The problem with the current trust model, is that it's unclear _who_ we trust
-- or put in another way, who we empower to betray us. No trust without the
possibility of betrayal - no betrayal without trust.

With the current model, the path from who the user trusts (eg: Mozilla, Google
and the OS vendor) is abused to extend to way too many CAs. So many, that the
user can give up (ie: I use the browser and trust the green bar) -- or get a
crippled experience, because the model assumes that you trust _all_ bundled
CAs. Sure, power users can in theory remove CAs from the store (and add ones,
like I do for cacert.org, as I use them for my domains).
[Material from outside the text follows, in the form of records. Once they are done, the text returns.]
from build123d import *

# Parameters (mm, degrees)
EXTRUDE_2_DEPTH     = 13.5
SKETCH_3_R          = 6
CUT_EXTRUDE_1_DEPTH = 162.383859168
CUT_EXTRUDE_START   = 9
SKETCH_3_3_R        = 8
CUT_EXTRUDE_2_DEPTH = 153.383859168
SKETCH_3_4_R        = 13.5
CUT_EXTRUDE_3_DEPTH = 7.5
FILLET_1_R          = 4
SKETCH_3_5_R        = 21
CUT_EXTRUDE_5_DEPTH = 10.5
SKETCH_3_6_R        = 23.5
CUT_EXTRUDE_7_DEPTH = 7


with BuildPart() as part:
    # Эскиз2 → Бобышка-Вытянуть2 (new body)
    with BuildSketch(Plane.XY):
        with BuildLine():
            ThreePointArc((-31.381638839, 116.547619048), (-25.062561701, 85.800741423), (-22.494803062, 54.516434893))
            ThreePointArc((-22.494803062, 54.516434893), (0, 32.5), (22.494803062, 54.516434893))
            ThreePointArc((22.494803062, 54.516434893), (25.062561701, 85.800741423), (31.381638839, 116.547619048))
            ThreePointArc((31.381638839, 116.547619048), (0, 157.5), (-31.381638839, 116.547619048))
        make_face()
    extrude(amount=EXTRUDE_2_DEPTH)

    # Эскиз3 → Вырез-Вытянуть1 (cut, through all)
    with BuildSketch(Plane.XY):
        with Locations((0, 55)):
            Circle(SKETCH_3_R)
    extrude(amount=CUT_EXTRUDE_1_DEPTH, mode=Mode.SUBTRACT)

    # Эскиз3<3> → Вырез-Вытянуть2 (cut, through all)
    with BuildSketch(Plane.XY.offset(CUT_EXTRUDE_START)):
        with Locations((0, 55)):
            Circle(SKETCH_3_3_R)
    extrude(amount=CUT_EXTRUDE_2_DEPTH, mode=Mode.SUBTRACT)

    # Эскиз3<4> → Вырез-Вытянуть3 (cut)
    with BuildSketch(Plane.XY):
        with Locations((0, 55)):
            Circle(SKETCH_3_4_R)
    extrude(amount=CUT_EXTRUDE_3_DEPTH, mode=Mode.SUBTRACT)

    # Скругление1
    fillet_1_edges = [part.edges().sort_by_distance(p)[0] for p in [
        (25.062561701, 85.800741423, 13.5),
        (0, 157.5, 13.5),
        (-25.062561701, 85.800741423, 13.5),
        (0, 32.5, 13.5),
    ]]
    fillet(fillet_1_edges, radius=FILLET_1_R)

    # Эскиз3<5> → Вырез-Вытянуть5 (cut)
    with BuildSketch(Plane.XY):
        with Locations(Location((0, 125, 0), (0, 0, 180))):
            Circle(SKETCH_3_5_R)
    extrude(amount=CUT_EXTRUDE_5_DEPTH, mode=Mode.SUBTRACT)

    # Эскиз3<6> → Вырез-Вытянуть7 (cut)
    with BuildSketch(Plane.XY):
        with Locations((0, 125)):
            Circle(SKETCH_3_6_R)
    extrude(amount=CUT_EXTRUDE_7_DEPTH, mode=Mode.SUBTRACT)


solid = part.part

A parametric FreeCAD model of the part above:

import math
import FreeCAD as App
import Part
import Sketcher
from FreeCAD import Vector


def edges_at(feature, points):
    """Names of the edges that pass closest to the given points."""
    edges = feature.Shape.Edges
    near = lambda p: min(range(len(edges)), key=lambda i: edges[i].distToShape(Part.Vertex(*p))[0])
    return sorted({f"Edge{near(p) + 1}" for p in points})

doc = App.newDocument("Part")
body = doc.addObject("PartDesign::Body", "Body")

sketch1 = body.newObject("Sketcher::SketchObject", "Sketch")
sketch1.AttachmentSupport = (doc.getObject("XY_Plane"), [""])
sketch1.MapMode = "FlatFace"
sketch1.addGeometry(Part.ArcOfCircle(Part.Circle(Vector(-282, 49, 0), Vector(0, 0, 1), 260), math.radians(1.23), math.radians(15.07)), False)
sketch1.addGeometry(Part.ArcOfCircle(Part.Circle(Vector(0, 55, 0), Vector(0, 0, 1), 22), math.radians(-179), math.radians(-1)), False)
sketch1.addGeometry(Part.ArcOfCircle(Part.Circle(Vector(282, 49, 0), Vector(0, 0, 1), 260), math.radians(164.93), math.radians(178.77)), False)
sketch1.addGeometry(Part.ArcOfCircle(Part.Circle(Vector(0, 125, 0), Vector(0, 0, 1), 32), math.radians(-15), math.radians(195)), False)
sketch1.addConstraint(Sketcher.Constraint("Tangent", 0, 1, 1, 1))
sketch1.addConstraint(Sketcher.Constraint("Tangent", 1, 2, 2, 2))
sketch1.addConstraint(Sketcher.Constraint("Tangent", 2, 1, 3, 1))
sketch1.addConstraint(Sketcher.Constraint("Tangent", 3, 2, 0, 2))
sketch1.addConstraint(Sketcher.Constraint("Equal", 0, 2))
sketch1.addConstraint(Sketcher.Constraint("Symmetric", 0, 3, 2, 3, -2))
sketch1.addConstraint(Sketcher.Constraint("Radius", 0, 260.0))
sketch1.addConstraint(Sketcher.Constraint("Radius", 1, 22.5))
sketch1.addConstraint(Sketcher.Constraint("Radius", 3, 32.5))
sketch1.addConstraint(Sketcher.Constraint("DistanceY", -1, 1, 1, 3, 55.0))
sketch1.addConstraint(Sketcher.Constraint("DistanceY", -1, 1, 3, 3, 125.0))
pad1 = body.newObject("PartDesign::Pad", "Pad")
pad1.Profile = sketch1
pad1.Length = 13.5

sketch2 = body.newObject("Sketcher::SketchObject", "Sketch001")
sketch2.AttachmentSupport = (doc.getObject("XY_Plane"), [""])
sketch2.MapMode = "FlatFace"
sketch2.addGeometry(Part.Circle(Vector(0, 55, 0), Vector(0, 0, 1), 6), False)
sketch2.addConstraint(Sketcher.Constraint("PointOnObject", 0, 3, -2))
sketch2.addConstraint(Sketcher.Constraint("Diameter", 0, 12.0))
sketch2.addConstraint(Sketcher.Constraint("DistanceY", -1, 1, 0, 3, 55.0))
pocket1 = body.newObject("PartDesign::Pocket", "Pocket")
pocket1.Profile = sketch2
pocket1.Type = "ThroughAll"
pocket1.Reversed = True

sketch3 = body.newObject("Sketcher::SketchObject", "Sketch002")
sketch3.AttachmentSupport = (doc.getObject("XY_Plane"), [""])
sketch3.MapMode = "FlatFace"
sketch3.AttachmentOffset = App.Placement(Vector(0, 0, 9), App.Rotation())
sketch3.addGeometry(Part.Circle(Vector(0, 55, 0), Vector(0, 0, 1), 8), False)
sketch3.addConstraint(Sketcher.Constraint("PointOnObject", 0, 3, -2))
sketch3.addConstraint(Sketcher.Constraint("Diameter", 0, 16.0))
sketch3.addConstraint(Sketcher.Constraint("DistanceY", -1, 1, 0, 3, 55.0))
pocket2 = body.newObject("PartDesign::Pocket", "Pocket001")
pocket2.Profile = sketch3
pocket2.Type = "ThroughAll"
pocket2.Reversed = True

sketch4 = body.newObject("Sketcher::SketchObject", "Sketch003")
sketch4.AttachmentSupport = (doc.getObject("XY_Plane"), [""])
sketch4.MapMode = "FlatFace"
sketch4.addGeometry(Part.Circle(Vector(0, 55, 0), Vector(0, 0, 1), 14), False)
sketch4.addConstraint(Sketcher.Constraint("PointOnObject", 0, 3, -2))
sketch4.addConstraint(Sketcher.Constraint("Diameter", 0, 27.0))
sketch4.addConstraint(Sketcher.Constraint("DistanceY", -1, 1, 0, 3, 55.0))
pocket3 = body.newObject("PartDesign::Pocket", "Pocket002")
pocket3.Profile = sketch4
pocket3.Length = 7.5
pocket3.Reversed = True
doc.recompute()

fillet = body.newObject("PartDesign::Fillet", "Fillet")
fillet.Base = (pocket3, edges_at(pocket3, [
    (25.063, 85.801, 13.5),
    (0, 157.5, 13.5),
    (-25.063, 85.801, 13.5),
    (0, 32.5, 13.5),
]))
fillet.Radius = 4

sketch5 = body.newObject("Sketcher::SketchObject", "Sketch004")
sketch5.AttachmentSupport = (doc.getObject("XY_Plane"), [""])
sketch5.MapMode = "FlatFace"
sketch5.addGeometry(Part.Circle(Vector(0, 125, 0), Vector(0, 0, 1), 21), False)
sketch5.addConstraint(Sketcher.Constraint("PointOnObject", 0, 3, -2))
sketch5.addConstraint(Sketcher.Constraint("Diameter", 0, 42.0))
sketch5.addConstraint(Sketcher.Constraint("DistanceY", -1, 1, 0, 3, 125.0))
pocket4 = body.newObject("PartDesign::Pocket", "Pocket003")
pocket4.Profile = sketch5
pocket4.Length = 10.5
pocket4.Reversed = True

sketch6 = body.newObject("Sketcher::SketchObject", "Sketch005")
sketch6.AttachmentSupport = (doc.getObject("XY_Plane"), [""])
sketch6.MapMode = "FlatFace"
sketch6.addGeometry(Part.Circle(Vector(0, 125, 0), Vector(0, 0, 1), 24), False)
sketch6.addConstraint(Sketcher.Constraint("PointOnObject", 0, 3, -2))
sketch6.addConstraint(Sketcher.Constraint("Diameter", 0, 47.0))
sketch6.addConstraint(Sketcher.Constraint("DistanceY", -1, 1, 0, 3, 125.0))
pocket5 = body.newObject("PartDesign::Pocket", "Pocket004")
pocket5.Profile = sketch6
pocket5.Length = 7
pocket5.Reversed = True

doc.recompute()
The fact that I add cacert.org reminds me of another thing: There should
probably not be any CAs that can sign arbitrary subdomain.TLD. Since I add
cacert.org, they can empower someone to mitm _all_ my tls connections. But
that is a separate issue - this issue already exist.

Trust decisions is all about meaningful choice -- and choosing between not
using the web, and trusting Chinese (and every other) intelligence, along with
various foreign corporations (they're all foreign to _someone_ ) to not
enable/be tricked into mitm my email, my web browsing etc.

------
chjj
This is interesting.

I've always been okay with dropping HTTP for HTTPS-only as a long-term goal,
_as long as we get rid of the SSL cert racket first_.

As far as MITM and identity go, could we at least modify the protocol to allow
fingerprint caching, as opposed to certs, as a fallback? ...SSH does this and
it is arguably more important to secure than HTTPS.

Fingerprint caching seems insecure when you think about it, yet we're all okay
with maintaining our servers with this in place.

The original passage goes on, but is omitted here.